__Directions__
The lines from the start of the records below through the line containing "v -1.863 12.641 0" are to be copied exactly, both ends included, with nothing added.
---------- Input records ----------
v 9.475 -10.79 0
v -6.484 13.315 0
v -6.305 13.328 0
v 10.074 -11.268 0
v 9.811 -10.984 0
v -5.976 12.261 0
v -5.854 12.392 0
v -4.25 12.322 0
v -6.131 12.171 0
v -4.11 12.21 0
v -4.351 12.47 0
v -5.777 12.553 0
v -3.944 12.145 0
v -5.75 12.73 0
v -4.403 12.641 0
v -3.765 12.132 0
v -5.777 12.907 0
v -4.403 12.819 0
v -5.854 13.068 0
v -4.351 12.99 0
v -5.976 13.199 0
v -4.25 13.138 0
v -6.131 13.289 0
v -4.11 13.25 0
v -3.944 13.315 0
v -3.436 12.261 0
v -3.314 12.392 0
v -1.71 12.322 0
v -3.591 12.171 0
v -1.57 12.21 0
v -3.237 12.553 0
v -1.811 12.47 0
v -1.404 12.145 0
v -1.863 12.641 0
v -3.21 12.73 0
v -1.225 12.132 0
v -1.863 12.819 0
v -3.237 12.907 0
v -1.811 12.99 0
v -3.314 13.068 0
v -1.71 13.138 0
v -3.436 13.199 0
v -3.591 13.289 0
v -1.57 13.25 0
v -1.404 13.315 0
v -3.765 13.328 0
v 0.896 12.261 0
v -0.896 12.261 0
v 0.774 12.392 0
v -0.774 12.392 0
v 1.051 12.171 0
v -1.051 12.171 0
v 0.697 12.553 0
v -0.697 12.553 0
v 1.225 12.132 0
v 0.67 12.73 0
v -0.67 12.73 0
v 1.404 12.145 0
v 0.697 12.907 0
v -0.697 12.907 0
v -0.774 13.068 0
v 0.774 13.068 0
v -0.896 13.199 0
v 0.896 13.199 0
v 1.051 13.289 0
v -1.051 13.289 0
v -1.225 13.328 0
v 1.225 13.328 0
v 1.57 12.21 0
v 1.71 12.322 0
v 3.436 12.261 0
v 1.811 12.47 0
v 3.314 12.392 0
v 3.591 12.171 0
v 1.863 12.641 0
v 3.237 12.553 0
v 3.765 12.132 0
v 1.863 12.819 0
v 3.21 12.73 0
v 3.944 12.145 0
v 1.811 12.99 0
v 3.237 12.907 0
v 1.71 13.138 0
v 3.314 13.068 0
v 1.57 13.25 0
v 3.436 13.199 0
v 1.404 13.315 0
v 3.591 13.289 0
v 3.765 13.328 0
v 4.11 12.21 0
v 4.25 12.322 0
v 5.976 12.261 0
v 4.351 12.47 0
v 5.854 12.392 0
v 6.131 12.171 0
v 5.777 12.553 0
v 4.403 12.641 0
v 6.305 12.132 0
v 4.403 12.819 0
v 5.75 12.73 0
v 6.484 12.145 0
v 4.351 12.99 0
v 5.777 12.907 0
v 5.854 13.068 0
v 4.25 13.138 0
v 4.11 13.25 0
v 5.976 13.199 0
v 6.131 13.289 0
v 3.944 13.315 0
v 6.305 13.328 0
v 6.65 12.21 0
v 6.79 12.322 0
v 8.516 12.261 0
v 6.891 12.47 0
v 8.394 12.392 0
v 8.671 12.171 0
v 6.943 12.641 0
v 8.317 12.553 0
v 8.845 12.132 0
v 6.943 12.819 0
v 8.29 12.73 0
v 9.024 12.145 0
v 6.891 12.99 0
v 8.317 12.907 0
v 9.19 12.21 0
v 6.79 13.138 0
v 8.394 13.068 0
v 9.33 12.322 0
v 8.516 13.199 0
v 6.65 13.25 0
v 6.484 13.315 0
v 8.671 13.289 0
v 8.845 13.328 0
----------
__Exercise answer__
v 9.475 -10.79 0
v -6.484 13.315 0
v -6.305 13.328 0
v 10.074 -11.268 0
v 9.811 -10.984 0
v -5.976 12.261 0
v -5.854 12.392 0
v -4.25 12.322 0
v -6.131 12.171 0
v -4.11 12.21 0
v -4.351 12.47 0
v -5.777 12.553 0
v -3.944 12.145 0
v -5.75 12.73 0
v -4.403 12.641 0
v -3.765 12.132 0
v -5.777 12.907 0
v -4.403 12.819 0
v -5.854 13.068 0
v -4.351 12.99 0
v -5.976 13.199 0
v -4.25 13.138 0
v -6.131 13.289 0
v -4.11 13.25 0
v -3.944 13.315 0
v -3.436 12.261 0
v -3.314 12.392 0
v -1.71 12.322 0
v -3.591 12.171 0
v -1.57 12.21 0
v -3.237 12.553 0
v -1.811 12.47 0
v -1.404 12.145 0
v -1.863 12.641 0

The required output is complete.